▶ RECORDS FOR THE TASK:
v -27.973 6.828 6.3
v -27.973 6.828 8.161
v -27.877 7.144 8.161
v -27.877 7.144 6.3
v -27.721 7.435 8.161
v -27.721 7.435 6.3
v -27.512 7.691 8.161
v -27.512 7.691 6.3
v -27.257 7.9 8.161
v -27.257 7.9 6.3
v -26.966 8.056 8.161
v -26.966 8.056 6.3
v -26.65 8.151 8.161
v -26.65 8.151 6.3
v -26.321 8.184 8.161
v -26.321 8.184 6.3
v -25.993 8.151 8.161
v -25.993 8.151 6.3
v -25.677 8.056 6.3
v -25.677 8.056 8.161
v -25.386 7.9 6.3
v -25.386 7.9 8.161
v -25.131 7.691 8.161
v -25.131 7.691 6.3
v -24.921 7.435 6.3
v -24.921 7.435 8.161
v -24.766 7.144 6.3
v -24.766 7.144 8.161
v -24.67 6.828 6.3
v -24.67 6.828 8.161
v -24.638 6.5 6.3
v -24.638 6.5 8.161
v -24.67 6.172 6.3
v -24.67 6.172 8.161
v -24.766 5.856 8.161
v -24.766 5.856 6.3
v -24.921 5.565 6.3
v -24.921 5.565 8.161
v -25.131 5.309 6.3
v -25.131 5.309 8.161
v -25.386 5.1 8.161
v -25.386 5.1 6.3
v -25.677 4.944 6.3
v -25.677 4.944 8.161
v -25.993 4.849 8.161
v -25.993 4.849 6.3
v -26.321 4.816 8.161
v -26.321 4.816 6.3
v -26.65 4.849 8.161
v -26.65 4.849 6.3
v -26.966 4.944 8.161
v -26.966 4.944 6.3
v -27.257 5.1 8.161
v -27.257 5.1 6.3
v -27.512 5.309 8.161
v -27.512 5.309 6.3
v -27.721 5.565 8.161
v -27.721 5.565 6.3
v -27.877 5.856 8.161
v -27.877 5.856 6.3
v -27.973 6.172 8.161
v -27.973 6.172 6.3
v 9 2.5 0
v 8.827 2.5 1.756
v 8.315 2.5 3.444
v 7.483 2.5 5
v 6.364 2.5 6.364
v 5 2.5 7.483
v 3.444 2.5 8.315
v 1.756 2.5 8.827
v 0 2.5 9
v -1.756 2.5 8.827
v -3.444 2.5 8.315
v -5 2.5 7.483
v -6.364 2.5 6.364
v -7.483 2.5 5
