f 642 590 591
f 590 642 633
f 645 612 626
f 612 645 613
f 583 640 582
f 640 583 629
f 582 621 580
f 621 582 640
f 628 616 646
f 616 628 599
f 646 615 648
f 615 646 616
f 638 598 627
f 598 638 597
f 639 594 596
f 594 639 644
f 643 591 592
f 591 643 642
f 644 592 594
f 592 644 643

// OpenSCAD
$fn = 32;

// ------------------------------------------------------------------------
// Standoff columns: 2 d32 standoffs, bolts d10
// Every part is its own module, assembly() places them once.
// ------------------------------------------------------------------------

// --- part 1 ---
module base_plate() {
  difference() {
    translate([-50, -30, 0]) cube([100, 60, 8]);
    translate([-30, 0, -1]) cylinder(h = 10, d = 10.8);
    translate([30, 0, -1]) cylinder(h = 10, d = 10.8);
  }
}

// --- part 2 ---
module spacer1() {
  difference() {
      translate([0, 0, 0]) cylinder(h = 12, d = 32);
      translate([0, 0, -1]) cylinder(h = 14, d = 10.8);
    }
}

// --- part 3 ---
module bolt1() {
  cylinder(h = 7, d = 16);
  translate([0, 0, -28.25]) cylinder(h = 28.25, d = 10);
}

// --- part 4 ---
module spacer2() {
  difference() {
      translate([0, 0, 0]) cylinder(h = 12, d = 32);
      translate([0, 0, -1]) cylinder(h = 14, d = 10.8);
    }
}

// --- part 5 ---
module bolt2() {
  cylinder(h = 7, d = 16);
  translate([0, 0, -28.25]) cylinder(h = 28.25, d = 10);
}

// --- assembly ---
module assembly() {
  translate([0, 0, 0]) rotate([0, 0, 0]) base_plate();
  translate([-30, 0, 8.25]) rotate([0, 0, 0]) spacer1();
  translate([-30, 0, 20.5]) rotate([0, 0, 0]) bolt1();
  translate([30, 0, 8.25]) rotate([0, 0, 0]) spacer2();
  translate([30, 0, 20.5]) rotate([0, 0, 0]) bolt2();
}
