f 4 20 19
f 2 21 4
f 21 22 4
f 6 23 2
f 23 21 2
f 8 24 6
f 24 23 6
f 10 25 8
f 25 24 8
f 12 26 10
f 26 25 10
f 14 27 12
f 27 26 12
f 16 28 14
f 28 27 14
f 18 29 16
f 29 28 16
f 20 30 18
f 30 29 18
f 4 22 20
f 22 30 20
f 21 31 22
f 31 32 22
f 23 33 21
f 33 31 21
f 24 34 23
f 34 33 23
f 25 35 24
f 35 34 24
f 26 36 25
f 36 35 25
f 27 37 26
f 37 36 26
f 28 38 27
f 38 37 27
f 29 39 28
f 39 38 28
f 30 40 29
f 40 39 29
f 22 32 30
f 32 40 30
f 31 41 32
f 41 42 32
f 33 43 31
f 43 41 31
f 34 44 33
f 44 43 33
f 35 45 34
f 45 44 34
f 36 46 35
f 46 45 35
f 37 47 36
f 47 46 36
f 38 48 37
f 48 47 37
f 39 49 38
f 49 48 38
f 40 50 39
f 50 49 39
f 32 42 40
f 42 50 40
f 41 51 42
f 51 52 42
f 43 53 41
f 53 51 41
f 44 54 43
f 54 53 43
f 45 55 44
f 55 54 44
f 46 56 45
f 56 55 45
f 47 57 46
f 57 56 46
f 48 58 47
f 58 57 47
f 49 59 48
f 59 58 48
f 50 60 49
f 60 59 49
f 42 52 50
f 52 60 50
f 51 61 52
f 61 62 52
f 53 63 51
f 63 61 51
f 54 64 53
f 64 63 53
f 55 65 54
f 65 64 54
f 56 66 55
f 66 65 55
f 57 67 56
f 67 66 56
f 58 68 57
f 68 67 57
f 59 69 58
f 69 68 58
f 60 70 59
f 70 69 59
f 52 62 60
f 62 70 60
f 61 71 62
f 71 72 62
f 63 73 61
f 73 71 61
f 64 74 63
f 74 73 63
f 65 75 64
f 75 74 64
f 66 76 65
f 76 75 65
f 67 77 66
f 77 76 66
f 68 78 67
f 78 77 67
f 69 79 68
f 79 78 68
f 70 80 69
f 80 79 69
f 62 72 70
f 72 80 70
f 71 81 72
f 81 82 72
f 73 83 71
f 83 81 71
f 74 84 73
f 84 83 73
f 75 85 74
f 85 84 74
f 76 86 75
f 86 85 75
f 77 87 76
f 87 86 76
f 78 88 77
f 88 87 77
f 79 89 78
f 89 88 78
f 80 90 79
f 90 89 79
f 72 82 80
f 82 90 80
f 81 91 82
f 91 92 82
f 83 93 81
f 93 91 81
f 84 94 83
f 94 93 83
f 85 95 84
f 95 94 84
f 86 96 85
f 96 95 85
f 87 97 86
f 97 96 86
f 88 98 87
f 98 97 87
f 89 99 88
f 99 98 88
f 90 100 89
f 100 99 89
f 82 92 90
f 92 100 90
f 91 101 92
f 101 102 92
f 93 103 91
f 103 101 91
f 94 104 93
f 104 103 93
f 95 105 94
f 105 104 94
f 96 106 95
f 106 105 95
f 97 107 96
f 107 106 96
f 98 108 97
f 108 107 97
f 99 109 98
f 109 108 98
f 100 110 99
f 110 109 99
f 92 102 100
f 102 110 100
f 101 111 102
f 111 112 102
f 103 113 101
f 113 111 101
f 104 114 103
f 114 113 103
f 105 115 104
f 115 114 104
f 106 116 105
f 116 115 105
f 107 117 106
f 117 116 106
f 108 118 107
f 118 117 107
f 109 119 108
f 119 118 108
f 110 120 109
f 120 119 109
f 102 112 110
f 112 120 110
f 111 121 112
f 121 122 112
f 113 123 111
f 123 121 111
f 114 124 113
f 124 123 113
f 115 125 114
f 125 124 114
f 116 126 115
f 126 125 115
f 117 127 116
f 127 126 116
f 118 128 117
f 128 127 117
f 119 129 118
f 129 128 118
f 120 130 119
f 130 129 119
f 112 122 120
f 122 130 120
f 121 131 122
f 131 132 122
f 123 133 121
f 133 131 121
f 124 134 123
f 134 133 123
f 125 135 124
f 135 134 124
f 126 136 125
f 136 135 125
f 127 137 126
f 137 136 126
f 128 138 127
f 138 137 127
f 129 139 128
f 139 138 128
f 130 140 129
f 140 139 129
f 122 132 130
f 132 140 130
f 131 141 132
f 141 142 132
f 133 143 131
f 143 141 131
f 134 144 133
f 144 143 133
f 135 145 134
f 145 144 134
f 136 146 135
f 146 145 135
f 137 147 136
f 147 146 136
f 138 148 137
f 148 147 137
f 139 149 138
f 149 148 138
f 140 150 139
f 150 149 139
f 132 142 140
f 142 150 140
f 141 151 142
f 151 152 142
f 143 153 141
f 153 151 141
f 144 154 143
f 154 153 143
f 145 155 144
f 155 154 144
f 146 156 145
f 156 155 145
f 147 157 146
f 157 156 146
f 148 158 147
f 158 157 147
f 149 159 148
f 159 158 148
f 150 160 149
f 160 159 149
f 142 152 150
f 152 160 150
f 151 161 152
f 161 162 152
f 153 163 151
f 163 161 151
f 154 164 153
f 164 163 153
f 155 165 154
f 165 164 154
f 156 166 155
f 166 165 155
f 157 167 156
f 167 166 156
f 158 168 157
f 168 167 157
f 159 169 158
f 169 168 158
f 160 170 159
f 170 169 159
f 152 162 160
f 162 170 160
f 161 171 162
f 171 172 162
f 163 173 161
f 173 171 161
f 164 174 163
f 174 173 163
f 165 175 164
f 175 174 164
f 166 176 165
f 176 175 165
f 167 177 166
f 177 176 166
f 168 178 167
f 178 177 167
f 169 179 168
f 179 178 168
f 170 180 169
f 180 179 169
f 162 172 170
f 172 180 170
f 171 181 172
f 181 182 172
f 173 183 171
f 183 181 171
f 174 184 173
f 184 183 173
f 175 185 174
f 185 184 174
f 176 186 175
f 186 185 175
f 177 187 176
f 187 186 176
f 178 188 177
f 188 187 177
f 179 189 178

▶ REQUIREMENT: What are the lines, exactly as written above, from the line with "f 102 112 110" to the line with "f 125 135 124", both included? Output only those.

▶ EXPECTED ANSWER:
f 102 112 110
f 112 120 110
f 111 121 112
f 121 122 112
f 113 123 111
f 123 121 111
f 114 124 113
f 124 123 113
f 115 125 114
f 125 124 114
f 116 126 115
f 126 125 115
f 117 127 116
f 127 126 116
f 118 128 117
f 128 127 117
f 119 129 118
f 129 128 118
f 120 130 119
f 130 129 119
f 112 122 120
f 122 130 120
f 121 131 122
f 131 132 122
f 123 133 121
f 133 131 121
f 124 134 123
f 134 133 123
f 125 135 124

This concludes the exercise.